* **Work task**
Set down word for word each line from the start of the listing through the line that contains "add(boss_extrude3)", both included.

■ ■ ■ ■

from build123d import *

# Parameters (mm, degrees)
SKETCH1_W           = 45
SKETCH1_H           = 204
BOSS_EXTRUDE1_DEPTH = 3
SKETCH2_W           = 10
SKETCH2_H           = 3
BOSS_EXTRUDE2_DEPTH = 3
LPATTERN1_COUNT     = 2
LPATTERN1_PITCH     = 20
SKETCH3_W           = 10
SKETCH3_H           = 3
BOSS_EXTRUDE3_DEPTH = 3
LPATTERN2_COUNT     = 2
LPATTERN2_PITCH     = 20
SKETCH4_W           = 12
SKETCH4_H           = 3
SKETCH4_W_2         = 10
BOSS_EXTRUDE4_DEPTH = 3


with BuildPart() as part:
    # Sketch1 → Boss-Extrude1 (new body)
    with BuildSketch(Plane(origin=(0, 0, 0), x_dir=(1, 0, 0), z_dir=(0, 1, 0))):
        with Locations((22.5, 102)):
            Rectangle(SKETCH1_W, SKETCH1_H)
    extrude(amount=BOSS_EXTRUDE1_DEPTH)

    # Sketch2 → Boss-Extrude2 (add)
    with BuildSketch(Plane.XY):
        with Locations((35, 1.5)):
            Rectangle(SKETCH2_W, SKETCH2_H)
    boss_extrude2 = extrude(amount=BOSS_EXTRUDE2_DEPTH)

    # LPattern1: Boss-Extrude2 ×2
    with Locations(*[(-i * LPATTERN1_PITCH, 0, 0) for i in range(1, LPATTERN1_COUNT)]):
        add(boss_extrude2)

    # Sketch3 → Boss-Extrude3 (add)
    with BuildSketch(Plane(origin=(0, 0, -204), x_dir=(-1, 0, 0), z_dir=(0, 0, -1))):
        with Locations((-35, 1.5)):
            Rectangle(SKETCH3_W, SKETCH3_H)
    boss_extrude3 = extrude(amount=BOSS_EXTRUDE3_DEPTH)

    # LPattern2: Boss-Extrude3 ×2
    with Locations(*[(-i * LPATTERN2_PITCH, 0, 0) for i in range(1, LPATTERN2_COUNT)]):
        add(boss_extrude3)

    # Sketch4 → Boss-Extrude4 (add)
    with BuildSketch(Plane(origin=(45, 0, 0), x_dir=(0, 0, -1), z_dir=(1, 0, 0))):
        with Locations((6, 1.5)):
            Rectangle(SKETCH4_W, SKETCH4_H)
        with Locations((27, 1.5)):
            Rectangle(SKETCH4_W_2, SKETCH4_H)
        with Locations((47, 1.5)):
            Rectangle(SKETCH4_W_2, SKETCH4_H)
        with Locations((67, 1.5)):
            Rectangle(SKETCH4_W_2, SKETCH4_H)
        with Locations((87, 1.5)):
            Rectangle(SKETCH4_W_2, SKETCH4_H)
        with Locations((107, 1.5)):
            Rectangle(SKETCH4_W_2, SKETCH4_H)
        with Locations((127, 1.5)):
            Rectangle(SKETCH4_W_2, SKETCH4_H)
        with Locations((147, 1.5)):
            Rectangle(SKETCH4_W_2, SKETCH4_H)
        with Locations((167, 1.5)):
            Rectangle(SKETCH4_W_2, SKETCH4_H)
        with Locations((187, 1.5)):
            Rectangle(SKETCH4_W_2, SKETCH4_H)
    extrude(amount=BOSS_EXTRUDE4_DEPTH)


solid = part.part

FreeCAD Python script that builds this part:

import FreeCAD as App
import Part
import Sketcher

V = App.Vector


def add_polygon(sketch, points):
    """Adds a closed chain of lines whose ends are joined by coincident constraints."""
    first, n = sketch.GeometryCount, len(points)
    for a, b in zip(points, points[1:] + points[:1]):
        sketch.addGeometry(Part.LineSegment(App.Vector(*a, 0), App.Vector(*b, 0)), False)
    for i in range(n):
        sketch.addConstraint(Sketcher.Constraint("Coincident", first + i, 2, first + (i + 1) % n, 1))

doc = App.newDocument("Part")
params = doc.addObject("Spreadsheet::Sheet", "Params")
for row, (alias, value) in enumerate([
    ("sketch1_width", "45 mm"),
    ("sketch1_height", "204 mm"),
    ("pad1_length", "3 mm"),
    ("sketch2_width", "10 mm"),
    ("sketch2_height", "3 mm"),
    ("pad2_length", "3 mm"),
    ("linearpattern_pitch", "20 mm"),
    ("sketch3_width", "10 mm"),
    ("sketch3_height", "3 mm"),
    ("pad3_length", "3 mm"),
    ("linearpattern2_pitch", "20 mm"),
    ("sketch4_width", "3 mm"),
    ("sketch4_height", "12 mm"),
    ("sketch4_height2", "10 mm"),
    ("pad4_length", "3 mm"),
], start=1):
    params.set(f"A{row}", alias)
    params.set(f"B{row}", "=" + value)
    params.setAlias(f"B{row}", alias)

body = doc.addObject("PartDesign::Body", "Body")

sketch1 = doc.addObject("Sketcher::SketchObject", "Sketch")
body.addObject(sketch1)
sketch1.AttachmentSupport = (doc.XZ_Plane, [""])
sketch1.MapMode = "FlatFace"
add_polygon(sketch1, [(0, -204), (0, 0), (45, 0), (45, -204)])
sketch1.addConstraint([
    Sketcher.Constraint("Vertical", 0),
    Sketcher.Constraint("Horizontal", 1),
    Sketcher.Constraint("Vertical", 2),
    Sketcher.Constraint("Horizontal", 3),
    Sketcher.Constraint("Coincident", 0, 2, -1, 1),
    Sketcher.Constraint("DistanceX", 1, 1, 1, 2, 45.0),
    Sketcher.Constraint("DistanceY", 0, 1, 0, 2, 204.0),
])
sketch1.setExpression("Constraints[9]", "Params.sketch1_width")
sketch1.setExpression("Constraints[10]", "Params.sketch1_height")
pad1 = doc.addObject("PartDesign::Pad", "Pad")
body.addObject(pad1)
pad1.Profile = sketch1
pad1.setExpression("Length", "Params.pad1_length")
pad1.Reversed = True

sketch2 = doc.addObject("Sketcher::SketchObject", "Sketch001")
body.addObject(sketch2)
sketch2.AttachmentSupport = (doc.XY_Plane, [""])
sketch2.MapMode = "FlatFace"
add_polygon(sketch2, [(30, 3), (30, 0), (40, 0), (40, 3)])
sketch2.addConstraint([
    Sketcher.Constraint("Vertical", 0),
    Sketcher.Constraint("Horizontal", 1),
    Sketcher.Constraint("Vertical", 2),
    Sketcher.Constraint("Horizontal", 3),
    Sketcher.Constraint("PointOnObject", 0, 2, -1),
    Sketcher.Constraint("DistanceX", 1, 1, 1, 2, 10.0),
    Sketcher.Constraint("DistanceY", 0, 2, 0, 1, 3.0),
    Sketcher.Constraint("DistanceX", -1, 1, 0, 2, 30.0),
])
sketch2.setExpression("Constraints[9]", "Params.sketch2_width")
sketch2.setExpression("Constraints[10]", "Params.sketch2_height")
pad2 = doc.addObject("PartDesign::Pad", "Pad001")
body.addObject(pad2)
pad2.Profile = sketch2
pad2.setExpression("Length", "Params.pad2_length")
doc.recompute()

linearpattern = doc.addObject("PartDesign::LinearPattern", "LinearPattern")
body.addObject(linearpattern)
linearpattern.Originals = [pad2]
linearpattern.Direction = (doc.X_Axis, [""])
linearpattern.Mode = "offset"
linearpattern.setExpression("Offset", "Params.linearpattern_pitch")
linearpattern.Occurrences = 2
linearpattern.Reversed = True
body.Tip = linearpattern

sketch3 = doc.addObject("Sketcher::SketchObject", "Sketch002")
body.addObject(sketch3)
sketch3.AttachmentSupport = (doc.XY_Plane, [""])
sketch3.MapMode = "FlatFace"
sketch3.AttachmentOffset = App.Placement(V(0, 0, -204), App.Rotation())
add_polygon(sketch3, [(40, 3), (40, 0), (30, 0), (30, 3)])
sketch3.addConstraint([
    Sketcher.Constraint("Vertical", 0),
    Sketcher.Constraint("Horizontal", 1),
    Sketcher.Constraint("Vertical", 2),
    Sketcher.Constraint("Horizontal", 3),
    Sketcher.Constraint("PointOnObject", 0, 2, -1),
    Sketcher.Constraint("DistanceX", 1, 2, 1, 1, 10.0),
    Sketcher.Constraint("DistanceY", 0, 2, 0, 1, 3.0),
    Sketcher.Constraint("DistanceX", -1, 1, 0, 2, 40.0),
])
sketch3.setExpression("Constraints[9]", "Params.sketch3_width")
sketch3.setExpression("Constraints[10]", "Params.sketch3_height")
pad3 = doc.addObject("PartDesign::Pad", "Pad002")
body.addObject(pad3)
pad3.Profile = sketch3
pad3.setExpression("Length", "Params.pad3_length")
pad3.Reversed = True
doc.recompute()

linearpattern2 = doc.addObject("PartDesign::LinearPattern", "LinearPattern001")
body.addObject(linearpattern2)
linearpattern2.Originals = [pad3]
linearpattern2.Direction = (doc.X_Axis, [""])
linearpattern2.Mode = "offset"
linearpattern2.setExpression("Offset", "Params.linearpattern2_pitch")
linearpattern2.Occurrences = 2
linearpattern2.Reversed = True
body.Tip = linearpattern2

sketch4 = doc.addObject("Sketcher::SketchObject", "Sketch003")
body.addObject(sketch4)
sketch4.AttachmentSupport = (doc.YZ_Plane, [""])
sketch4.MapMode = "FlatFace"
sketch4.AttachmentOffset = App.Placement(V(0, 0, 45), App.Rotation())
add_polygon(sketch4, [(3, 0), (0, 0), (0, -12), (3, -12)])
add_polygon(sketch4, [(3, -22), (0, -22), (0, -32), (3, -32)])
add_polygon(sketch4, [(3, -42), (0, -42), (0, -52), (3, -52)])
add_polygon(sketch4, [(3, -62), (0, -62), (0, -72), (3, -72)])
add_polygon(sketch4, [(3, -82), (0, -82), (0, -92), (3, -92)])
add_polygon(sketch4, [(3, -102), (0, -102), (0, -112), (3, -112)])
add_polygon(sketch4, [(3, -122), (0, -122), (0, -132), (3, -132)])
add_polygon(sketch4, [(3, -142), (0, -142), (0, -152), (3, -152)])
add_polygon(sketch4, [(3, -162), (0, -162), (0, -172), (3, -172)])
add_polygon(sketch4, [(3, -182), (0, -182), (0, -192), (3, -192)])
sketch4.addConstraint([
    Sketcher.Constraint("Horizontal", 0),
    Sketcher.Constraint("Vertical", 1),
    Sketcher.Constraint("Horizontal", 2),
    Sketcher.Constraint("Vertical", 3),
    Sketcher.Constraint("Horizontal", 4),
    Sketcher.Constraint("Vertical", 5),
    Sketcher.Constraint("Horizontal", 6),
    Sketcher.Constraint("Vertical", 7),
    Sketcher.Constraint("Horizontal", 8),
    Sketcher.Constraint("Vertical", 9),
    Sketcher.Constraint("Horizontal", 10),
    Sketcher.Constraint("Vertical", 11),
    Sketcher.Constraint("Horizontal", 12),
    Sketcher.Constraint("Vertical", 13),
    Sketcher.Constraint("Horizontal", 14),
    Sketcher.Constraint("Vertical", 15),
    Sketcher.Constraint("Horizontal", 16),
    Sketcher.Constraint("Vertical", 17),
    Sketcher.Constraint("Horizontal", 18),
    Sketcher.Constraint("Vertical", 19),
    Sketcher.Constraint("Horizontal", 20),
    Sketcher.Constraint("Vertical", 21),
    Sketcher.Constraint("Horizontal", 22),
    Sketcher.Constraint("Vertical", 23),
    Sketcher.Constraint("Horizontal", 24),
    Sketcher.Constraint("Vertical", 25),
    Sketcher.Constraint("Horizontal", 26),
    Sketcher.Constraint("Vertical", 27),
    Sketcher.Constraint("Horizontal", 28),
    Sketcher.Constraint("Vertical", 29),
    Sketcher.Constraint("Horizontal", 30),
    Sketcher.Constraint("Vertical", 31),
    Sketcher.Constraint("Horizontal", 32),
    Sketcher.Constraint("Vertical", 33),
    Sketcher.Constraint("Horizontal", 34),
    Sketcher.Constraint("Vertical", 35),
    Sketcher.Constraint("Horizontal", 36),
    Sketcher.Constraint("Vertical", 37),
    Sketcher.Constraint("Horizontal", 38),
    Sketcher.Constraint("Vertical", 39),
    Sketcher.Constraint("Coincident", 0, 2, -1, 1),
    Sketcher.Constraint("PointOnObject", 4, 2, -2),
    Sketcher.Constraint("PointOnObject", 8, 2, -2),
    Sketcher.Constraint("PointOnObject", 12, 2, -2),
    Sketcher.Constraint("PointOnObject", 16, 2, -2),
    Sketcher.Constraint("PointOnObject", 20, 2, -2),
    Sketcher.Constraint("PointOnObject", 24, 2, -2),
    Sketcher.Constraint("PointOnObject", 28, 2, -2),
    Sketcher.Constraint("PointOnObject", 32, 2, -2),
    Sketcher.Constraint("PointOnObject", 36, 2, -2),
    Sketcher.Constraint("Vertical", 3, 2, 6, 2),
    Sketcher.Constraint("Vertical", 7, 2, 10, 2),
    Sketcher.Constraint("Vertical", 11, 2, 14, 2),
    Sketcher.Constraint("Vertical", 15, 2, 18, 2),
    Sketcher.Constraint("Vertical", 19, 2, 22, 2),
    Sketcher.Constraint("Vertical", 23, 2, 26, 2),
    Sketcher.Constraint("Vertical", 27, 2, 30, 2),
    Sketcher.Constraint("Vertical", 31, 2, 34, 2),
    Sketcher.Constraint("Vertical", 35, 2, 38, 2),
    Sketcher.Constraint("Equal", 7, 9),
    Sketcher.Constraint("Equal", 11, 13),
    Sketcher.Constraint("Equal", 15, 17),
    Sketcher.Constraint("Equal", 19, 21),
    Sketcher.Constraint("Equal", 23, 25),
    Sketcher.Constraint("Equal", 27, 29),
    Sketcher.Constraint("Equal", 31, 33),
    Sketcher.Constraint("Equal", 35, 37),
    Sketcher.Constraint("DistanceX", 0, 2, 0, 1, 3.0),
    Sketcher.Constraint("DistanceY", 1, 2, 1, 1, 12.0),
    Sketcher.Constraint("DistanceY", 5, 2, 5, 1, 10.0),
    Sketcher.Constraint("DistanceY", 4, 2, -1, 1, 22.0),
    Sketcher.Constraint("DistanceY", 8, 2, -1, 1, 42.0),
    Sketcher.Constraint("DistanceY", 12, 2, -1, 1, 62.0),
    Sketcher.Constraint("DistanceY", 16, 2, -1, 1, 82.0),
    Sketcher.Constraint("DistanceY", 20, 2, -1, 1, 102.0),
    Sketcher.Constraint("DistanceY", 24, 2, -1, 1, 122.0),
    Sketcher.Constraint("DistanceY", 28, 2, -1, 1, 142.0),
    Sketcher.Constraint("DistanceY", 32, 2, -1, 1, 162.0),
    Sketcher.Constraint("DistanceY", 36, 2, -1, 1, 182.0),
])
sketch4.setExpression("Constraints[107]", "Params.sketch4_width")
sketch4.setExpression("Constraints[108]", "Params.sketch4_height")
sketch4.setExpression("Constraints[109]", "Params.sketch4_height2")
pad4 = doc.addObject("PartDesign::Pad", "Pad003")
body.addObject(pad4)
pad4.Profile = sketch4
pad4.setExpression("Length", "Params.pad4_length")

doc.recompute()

■ ■ ■ ■

* **Response box**
from build123d import *

# Parameters (mm, degrees)
SKETCH1_W           = 45
SKETCH1_H           = 204
BOSS_EXTRUDE1_DEPTH = 3
SKETCH2_W           = 10
SKETCH2_H           = 3
BOSS_EXTRUDE2_DEPTH = 3
LPATTERN1_COUNT     = 2
LPATTERN1_PITCH     = 20
SKETCH3_W           = 10
SKETCH3_H           = 3
BOSS_EXTRUDE3_DEPTH = 3
LPATTERN2_COUNT     = 2
LPATTERN2_PITCH     = 20
SKETCH4_W           = 12
SKETCH4_H           = 3
SKETCH4_W_2         = 10
BOSS_EXTRUDE4_DEPTH = 3


with BuildPart() as part:
    # Sketch1 → Boss-Extrude1 (new body)
    with BuildSketch(Plane(origin=(0, 0, 0), x_dir=(1, 0, 0), z_dir=(0, 1, 0))):
        with Locations((22.5, 102)):
            Rectangle(SKETCH1_W, SKETCH1_H)
    extrude(amount=BOSS_EXTRUDE1_DEPTH)

    # Sketch2 → Boss-Extrude2 (add)
    with BuildSketch(Plane.XY):
        with Locations((35, 1.5)):
            Rectangle(SKETCH2_W, SKETCH2_H)
    boss_extrude2 = extrude(amount=BOSS_EXTRUDE2_DEPTH)

    # LPattern1: Boss-Extrude2 ×2
    with Locations(*[(-i * LPATTERN1_PITCH, 0, 0) for i in range(1, LPATTERN1_COUNT)]):
        add(boss_extrude2)

    # Sketch3 → Boss-Extrude3 (add)
    with BuildSketch(Plane(origin=(0, 0, -204), x_dir=(-1, 0, 0), z_dir=(0, 0, -1))):
        with Locations((-35, 1.5)):
            Rectangle(SKETCH3_W, SKETCH3_H)
    boss_extrude3 = extrude(amount=BOSS_EXTRUDE3_DEPTH)

    # LPattern2: Boss-Extrude3 ×2
    with Locations(*[(-i * LPATTERN2_PITCH, 0, 0) for i in range(1, LPATTERN2_COUNT)]):
        add(boss_extrude3)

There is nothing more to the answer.